The map files contain a set of tab-separated key-value pairs, one per line containing various statistics of the run, some auto-generated by fig, others user generated.

  • log: copy of whatever's printed to stdout.
  • options.map: contains all the options processed by the OptionsParser (defined by @Option).
  • output.map: Execution.putOutput(key, value) prints to this file.
  • samples: created in this particular code (Execution.getFile("samples") gives us the path).

If you run the command again, it will write to state/execs/1.exec, then state/execs/2.exec, etc.

Non-Java programs

Even if you're not using Java, you can still take advantage of the execution framework. For example, suppose you have a Python program simple.py that takes in the directory to output to:

import sys
out = open(sys.argv[1] + '/output.map', 'w')
print >>out, "key\tvalue"
out.close()

Then you can call:

bin/qcreate python simple.py _OUTPATH_

Servlet

Once you get up to 1000.exec, you'll want a systematic way of viewing the executions. fig provides a servlet which allows you to browse executions, group them, and comment on them. Note that the executions don't even have to be generated by fig. The servlet simply reads tab-separated files from execution directories named 0.exec, 1.exec, etc., which could be generated by any program.

The first time, type the following to download Apache Tomcat:

./tomcat

By default, the fig servlet is password protected, so you will need to add the following line into conf/tomcat-users.xml in order to access it:

<user username="YOUR_USERNAME" password="YOUR_PASSWORD" roles="fig-user"/>

Now, start the server:

./tomcat start

Go to http://localhost:8080/fig to see the page.

General points:

  • You will see a table representing the root of a hierarchy. Each row denotes a child item, which you can descend into.
  • Use vi keys ('k' for up, 'j' for down, 'h' for left, 'r' for right) to move around. Type 'o' to open a child item, 'u' to go back to the parent.
  • To reduce server lag, the page does not refresh automatically. Therefore you must refresh manually (press 'R'). You may have to do this several times as the first 'R' just triggers asynchronous reloading.

Go into 'domains', then 'examples', then 'execs', then '(all)'. Each row will correspond to a different execution, and the columns are the fields, which have been read from the map files. You can make notes about executions by going to the 'note' field of a row, press 'E' (or double click on the cell). Type something and press enter. This will directly save the note to the map file.

To change the columns which are displayed, navigate to 'domains | examples | fieldSpecs | default' (press 'u' twice, 'o' on fieldSpecs, 'o' on 'default'). Each row here is a description of the field to be displayed. The 'data' column here for 'N' is '$options.map:Sample.N', which means that the value displayed for an execution will be gotten by reading the 'Sample.N' key from the options.map file.

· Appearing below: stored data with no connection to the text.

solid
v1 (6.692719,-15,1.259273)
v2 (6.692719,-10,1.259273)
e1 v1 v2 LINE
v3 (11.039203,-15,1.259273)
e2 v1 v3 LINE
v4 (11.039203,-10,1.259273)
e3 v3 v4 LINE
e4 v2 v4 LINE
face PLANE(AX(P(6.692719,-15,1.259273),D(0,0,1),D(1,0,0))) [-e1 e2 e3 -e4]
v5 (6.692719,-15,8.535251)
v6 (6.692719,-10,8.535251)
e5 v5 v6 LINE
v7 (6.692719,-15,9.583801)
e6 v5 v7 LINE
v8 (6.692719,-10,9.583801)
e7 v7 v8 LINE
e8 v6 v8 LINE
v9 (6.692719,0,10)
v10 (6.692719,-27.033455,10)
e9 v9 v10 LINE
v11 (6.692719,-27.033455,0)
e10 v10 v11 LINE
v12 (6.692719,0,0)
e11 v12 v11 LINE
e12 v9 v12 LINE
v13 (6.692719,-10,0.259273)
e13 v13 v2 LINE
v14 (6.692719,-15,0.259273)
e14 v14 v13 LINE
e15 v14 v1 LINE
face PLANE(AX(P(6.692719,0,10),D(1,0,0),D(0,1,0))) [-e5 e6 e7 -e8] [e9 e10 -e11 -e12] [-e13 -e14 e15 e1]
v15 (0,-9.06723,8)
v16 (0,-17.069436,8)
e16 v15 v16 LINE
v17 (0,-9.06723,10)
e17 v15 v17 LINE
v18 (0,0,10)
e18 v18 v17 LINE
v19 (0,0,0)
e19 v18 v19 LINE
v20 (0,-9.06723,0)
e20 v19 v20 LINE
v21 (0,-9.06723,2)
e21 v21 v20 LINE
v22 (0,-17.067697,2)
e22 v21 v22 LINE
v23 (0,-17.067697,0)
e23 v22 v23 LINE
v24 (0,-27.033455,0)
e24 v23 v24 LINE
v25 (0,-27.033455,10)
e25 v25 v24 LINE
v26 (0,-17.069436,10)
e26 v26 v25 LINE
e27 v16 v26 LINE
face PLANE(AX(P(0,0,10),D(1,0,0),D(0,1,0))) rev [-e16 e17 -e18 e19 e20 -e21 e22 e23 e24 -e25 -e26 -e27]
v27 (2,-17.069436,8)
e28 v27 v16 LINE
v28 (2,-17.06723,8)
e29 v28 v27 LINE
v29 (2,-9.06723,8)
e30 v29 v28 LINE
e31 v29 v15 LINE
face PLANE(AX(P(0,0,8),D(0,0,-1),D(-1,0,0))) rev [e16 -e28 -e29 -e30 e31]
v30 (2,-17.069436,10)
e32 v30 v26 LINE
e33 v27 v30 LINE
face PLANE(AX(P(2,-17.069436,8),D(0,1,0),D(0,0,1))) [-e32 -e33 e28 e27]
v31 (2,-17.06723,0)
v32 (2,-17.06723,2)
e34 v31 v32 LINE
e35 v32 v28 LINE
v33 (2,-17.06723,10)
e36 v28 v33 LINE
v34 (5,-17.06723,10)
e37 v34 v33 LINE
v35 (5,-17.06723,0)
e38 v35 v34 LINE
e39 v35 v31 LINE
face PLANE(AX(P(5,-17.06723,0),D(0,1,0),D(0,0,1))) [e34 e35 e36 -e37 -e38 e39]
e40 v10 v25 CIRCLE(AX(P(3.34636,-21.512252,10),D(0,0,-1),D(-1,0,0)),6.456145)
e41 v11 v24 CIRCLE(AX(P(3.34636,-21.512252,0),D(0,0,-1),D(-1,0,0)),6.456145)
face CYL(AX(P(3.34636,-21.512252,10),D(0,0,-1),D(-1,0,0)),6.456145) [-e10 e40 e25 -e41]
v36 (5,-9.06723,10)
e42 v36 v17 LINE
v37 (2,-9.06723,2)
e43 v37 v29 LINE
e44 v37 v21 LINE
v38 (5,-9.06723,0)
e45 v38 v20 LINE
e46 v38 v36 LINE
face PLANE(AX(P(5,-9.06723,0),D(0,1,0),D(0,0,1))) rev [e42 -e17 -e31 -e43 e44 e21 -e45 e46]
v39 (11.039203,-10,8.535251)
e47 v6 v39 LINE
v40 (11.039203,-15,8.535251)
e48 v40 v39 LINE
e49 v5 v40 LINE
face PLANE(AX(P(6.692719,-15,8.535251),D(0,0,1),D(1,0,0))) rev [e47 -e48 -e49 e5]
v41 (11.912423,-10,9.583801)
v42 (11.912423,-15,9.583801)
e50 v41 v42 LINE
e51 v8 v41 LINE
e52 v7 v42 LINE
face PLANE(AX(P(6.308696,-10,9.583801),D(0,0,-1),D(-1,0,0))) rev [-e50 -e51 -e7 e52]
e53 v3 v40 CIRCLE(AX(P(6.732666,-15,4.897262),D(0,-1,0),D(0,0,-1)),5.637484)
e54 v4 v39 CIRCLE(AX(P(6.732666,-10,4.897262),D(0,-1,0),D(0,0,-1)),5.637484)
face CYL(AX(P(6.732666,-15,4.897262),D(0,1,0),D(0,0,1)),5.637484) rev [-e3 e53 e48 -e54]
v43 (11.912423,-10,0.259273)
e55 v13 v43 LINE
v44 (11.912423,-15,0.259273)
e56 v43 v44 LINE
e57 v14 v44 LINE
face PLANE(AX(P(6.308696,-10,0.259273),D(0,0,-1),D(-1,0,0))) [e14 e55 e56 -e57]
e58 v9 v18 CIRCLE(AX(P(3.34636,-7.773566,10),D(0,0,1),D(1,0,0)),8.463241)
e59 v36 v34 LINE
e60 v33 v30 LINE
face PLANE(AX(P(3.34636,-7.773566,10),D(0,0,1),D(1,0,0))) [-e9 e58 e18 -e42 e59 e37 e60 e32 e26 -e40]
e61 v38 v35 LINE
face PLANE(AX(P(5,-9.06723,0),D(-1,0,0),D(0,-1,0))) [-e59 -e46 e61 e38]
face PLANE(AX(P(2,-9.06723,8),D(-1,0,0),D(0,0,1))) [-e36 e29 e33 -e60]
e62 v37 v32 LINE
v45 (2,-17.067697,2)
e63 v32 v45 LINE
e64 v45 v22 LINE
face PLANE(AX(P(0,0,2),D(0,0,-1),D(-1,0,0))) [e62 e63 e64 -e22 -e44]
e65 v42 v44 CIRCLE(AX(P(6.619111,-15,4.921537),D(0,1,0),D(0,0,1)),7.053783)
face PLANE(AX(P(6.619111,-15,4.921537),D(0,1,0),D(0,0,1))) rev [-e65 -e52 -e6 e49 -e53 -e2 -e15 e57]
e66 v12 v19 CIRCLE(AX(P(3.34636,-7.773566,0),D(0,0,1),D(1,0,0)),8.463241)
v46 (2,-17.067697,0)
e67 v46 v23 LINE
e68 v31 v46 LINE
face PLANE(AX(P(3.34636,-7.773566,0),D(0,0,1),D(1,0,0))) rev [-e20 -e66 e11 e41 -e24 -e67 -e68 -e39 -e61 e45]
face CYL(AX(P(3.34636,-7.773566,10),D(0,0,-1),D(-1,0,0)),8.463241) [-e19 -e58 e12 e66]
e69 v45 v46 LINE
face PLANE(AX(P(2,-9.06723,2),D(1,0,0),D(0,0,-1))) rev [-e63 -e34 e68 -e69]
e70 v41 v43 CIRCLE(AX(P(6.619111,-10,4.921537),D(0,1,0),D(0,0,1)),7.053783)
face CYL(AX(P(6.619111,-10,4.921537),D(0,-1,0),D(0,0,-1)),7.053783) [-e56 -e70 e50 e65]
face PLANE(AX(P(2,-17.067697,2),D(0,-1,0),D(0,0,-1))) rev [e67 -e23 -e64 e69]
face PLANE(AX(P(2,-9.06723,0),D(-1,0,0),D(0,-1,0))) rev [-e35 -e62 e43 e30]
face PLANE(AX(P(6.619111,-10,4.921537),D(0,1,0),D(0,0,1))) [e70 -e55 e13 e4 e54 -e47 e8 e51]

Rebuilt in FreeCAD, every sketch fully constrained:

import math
import FreeCAD as App
import Part
import Sketcher
from FreeCAD import Vector
Q = App.Units.Quantity

doc = App.newDocument("Part")
body = doc.addObject("PartDesign::Body", "Body")

sketch1 = body.newObject("Sketcher::SketchObject", "Sketch")
sketch1.AttachmentSupport = (doc.getObject("XY_Plane"), [""])
sketch1.MapMode = "FlatFace"
sketch1.addGeometry([
    Part.LineSegment(Vector(0, 0, 0), Vector(0, -27.033455, 0)),
    Part.ArcOfCircle(Part.Circle(Vector(3.34636, -21.512252, 0), Vector(0, 0, 1), 6.456145), math.radians(-121.219739), math.radians(-58.780261)),
    Part.LineSegment(Vector(6.692719, -27.033455, 0), Vector(6.692719, 0, 0)),
    Part.ArcOfCircle(Part.Circle(Vector(3.34636, -7.773566, 0), Vector(0, 0, 1), 8.463241), math.radians(66.709119), math.radians(113.290881)),
], False)
sketch1.addConstraint([
    Sketcher.Constraint("Coincident", 0, 2, 1, 1),
    Sketcher.Constraint("Coincident", 1, 2, 2, 1),
    Sketcher.Constraint("Coincident", 2, 2, 3, 1),
    Sketcher.Constraint("Coincident", 3, 2, 0, 1),
    Sketcher.Constraint("Vertical", 0),
    Sketcher.Constraint("Vertical", 2),
    Sketcher.Constraint("Coincident", 3, 2, -1, 1),
    Sketcher.Constraint("PointOnObject", 2, 2, -1),
    Sketcher.Constraint("Horizontal", 0, 2, 1, 2),
    Sketcher.Constraint("Radius", 3, Q("8.463241 mm")),
    Sketcher.Constraint("Radius", 1, Q("6.456145 mm")),
    Sketcher.Constraint("DistanceY", 0, 2, 0, 1, Q("27.033455 mm")),
    Sketcher.Constraint("DistanceX", -1, 1, 1, 3, Q("3.34636 mm")),
])
pad1 = body.newObject("PartDesign::Pad", "Pad")
pad1.Profile = sketch1
pad1.Length = 10

sketch2 = body.newObject("Sketcher::SketchObject", "Sketch001")
sketch2.AttachmentSupport = (doc.getObject("XY_Plane"), [""])
sketch2.MapMode = "FlatFace"
sketch2.AttachmentOffset = App.Placement(Vector(0, 0, 10), App.Rotation())
sketch2.addGeometry([
    Part.LineSegment(Vector(2, -9.06723, 0), Vector(2, -17.06723, 0)),
    Part.LineSegment(Vector(2, -17.06723, 0), Vector(5, -17.06723, 0)),
    Part.LineSegment(Vector(5, -17.06723, 0), Vector(5, -9.06723, 0)),
    Part.LineSegment(Vector(5, -9.06723, 0), Vector(2, -9.06723, 0)),
], False)
sketch2.addConstraint([
    Sketcher.Constraint("Coincident", 0, 2, 1, 1),
    Sketcher.Constraint("Coincident", 1, 2, 2, 1),
    Sketcher.Constraint("Coincident", 2, 2, 3, 1),
    Sketcher.Constraint("Coincident", 3, 2, 0, 1),
    Sketcher.Constraint("Vertical", 0),
    Sketcher.Constraint("Horizontal", 1),
    Sketcher.Constraint("Vertical", 2),
    Sketcher.Constraint("Horizontal", 3),
    Sketcher.Constraint("DistanceX", 1, 1, 1, 2, Q("3 mm")),
    Sketcher.Constraint("DistanceY", 0, 2, 0, 1, Q("8 mm")),
    Sketcher.Constraint("DistanceX", -1, 1, 0, 2, Q("2 mm")),
    Sketcher.Constraint("DistanceY", 0, 2, -1, 1, Q("17.06723 mm")),
])
pocket1 = body.newObject("PartDesign::Pocket", "Pocket")
pocket1.Profile = sketch2
pocket1.Length = 10

sketch3 = body.newObject("Sketcher::SketchObject", "Sketch002")
sketch3.AttachmentSupport = (doc.getObject("XZ_Plane"), [""])
sketch3.MapMode = "FlatFace"
sketch3.AttachmentOffset = App.Placement(Vector(0, 0, 12.5), App.Rotation())
sketch3.addGeometry([
    Part.LineSegment(Vector(6.308696, 9.583801, 0), Vector(11.912423, 9.583801, 0)),
    Part.ArcOfCircle(Part.Circle(Vector(6.619111, 4.921537, 0), Vector(0, 0, 1), 7.053783), math.radians(-41.373082), math.radians(41.373082)),
    Part.LineSegment(Vector(11.912423, 0.259273, 0), Vector(6.308696, 0.259273, 0)),
    Part.LineSegment(Vector(6.308696, 0.259273, 0), Vector(6.308696, 9.583801, 0)),
], False)
sketch3.addConstraint([
    Sketcher.Constraint("Coincident", 0, 2, 1, 2),
    Sketcher.Constraint("Coincident", 1, 1, 2, 1),
    Sketcher.Constraint("Coincident", 2, 2, 3, 1),
    Sketcher.Constraint("Coincident", 3, 2, 0, 1),
    Sketcher.Constraint("Horizontal", 0),
    Sketcher.Constraint("Horizontal", 2),
    Sketcher.Constraint("Vertical", 3),
    Sketcher.Constraint("Vertical", 0, 2, 1, 1),
    Sketcher.Constraint("Radius", 1, Q("7.053783 mm")),
    Sketcher.Constraint("DistanceY", 3, 1, 3, 2, Q("9.324529 mm")),
    Sketcher.Constraint("DistanceY", -1, 1, 0, 2, Q("9.583801 mm")),
    Sketcher.Constraint("DistanceX", 0, 1, 0, 2, Q("5.603728 mm")),
    Sketcher.Constraint("DistanceX", -1, 1, 1, 3, Q("6.619111 mm")),
])
pad2 = body.newObject("PartDesign::Pad", "Pad001")
pad2.Profile = sketch3
pad2.Length = 5
pad2.Midplane = True

sketch4 = body.newObject("Sketcher::SketchObject", "Sketch003")
sketch4.AttachmentSupport = (doc.getObject("XZ_Plane"), [""])
sketch4.MapMode = "FlatFace"
sketch4.AttachmentOffset = App.Placement(Vector(0, 0, 10), App.Rotation())
sketch4.addGeometry([
    Part.LineSegment(Vector(6.692719, 8.535251, 0), Vector(11.039203, 8.535251, 0)),
    Part.ArcOfCircle(Part.Circle(Vector(6.732666, 4.897262, 0), Vector(0, 0, 1), 5.637484), math.radians(-40.189777), math.radians(40.189777)),
    Part.LineSegment(Vector(11.039203, 1.259273, 0), Vector(6.692719, 1.259273, 0)),
    Part.LineSegment(Vector(6.692719, 1.259273, 0), Vector(6.692719, 8.535251, 0)),
], False)
sketch4.addConstraint([
    Sketcher.Constraint("Coincident", 0, 2, 1, 2),
    Sketcher.Constraint("Coincident", 1, 1, 2, 1),
    Sketcher.Constraint("Coincident", 2, 2, 3, 1),
    Sketcher.Constraint("Coincident", 3, 2, 0, 1),
    Sketcher.Constraint("Horizontal", 0),
    Sketcher.Constraint("Horizontal", 2),
    Sketcher.Constraint("Vertical", 3),
    Sketcher.Constraint("Vertical", 0, 2, 1, 1),
    Sketcher.Constraint("Radius", 1, Q("5.637484 mm")),
    Sketcher.Constraint("DistanceY", 3, 1, 3, 2, Q("7.275979 mm")),
    Sketcher.Constraint("DistanceX", 0, 1, 0, 2, Q("4.346484 mm")),
    Sketcher.Constraint("DistanceY", -1, 1, 1, 3, Q("4.897262 mm")),
    Sketcher.Constraint("DistanceX", -1, 1, 2, 2, Q("6.692719 mm")),
])
pocket2 = body.newObject("PartDesign::Pocket", "Pocket001")
pocket2.Profile = sketch4
pocket2.Length = 5
pocket2.Reversed = True

sketch5 = body.newObject("Sketcher::SketchObject", "Sketch004")
sketch5.AttachmentSupport = (doc.getObject("XY_Plane"), [""])
sketch5.MapMode = "FlatFace"
sketch5.addGeometry([
    Part.LineSegment(Vector(2, -9.06723, 0), Vector(2, -17.067697, 0)),
    Part.LineSegment(Vector(2, -17.067697, 0), Vector(0, -17.067697, 0)),
    Part.LineSegment(Vector(0, -17.067697, 0), Vector(0, -9.06723, 0)),
    Part.LineSegment(Vector(0, -9.06723, 0), Vector(2, -9.06723, 0)),
], False)
sketch5.addConstraint([
    Sketcher.Constraint("Coincident", 0, 2, 1, 1),
    Sketcher.Constraint("Coincident", 1, 2, 2, 1),
    Sketcher.Constraint("Coincident", 2, 2, 3, 1),
    Sketcher.Constraint("Coincident", 3, 2, 0, 1),
    Sketcher.Constraint("Vertical", 0),
    Sketcher.Constraint("Horizontal", 1),
    Sketcher.Constraint("Vertical", 2),
    Sketcher.Constraint("Horizontal", 3),
    Sketcher.Constraint("PointOnObject", 1, 2, -2),
    Sketcher.Constraint("DistanceX", 1, 2, 1, 1, Q("2 mm")),
    Sketcher.Constraint("DistanceY", 0, 2, 0, 1, Q("8.000467 mm")),
    Sketcher.Constraint("DistanceY", 2, 2, -1, 1, Q("9.06723 mm")),
])
pocket3 = body.newObject("PartDesign::Pocket", "Pocket002")
pocket3.Profile = sketch5
pocket3.Length = 2
pocket3.Reversed = True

To add an entry for 'random', type 'N' to create a new item (and enter 'random' for its name). Set 'data' to '$options.map:Sample.random'. You can move the new row up by pressing 'K' (and 'J' to move down). These movements are not recorded, so you must type 'as' to save (alternatively, select the action from the dropdown box). To view your changes, go back to 'domains | examples | execs | (all)'.

You can select items by typing 'x'. To purge executions, type 'ap'. Currently, this does not actually delete executions from disk, but just moves them away to 0.exec.purged, etc. so it doesn't show up in the servlet.

You can monitor the progress of the executions by refreshing the page. You can kill any executions by selecting them and typing 'ak' (this just creates a 'kill' file in the execution directory and waits for the process to kill itself).

Java libraries:

fig contains a suite of miscellaneous Java libraries. Here's a few of them:

  • fig.prob.SampleUtils: sample from various distributions
  • fig.basic.StopWatch: timing pieces of your code
  • fig.basic.ListUtils, fig.basic.MapUtils, fig.basic.NumUtils
  • fig.basic.LispTree: allows parsing/writing of Lisp-like S-expressions.

Command-line utilities:

  • bin/q: simple workqueue system for running jobs remotely.
  • bin/qcreate: script to run a command in an execution directory.
  • bin/execrunner.rb: allows you to manage complex sets of parameters and automatically generate all the combinations.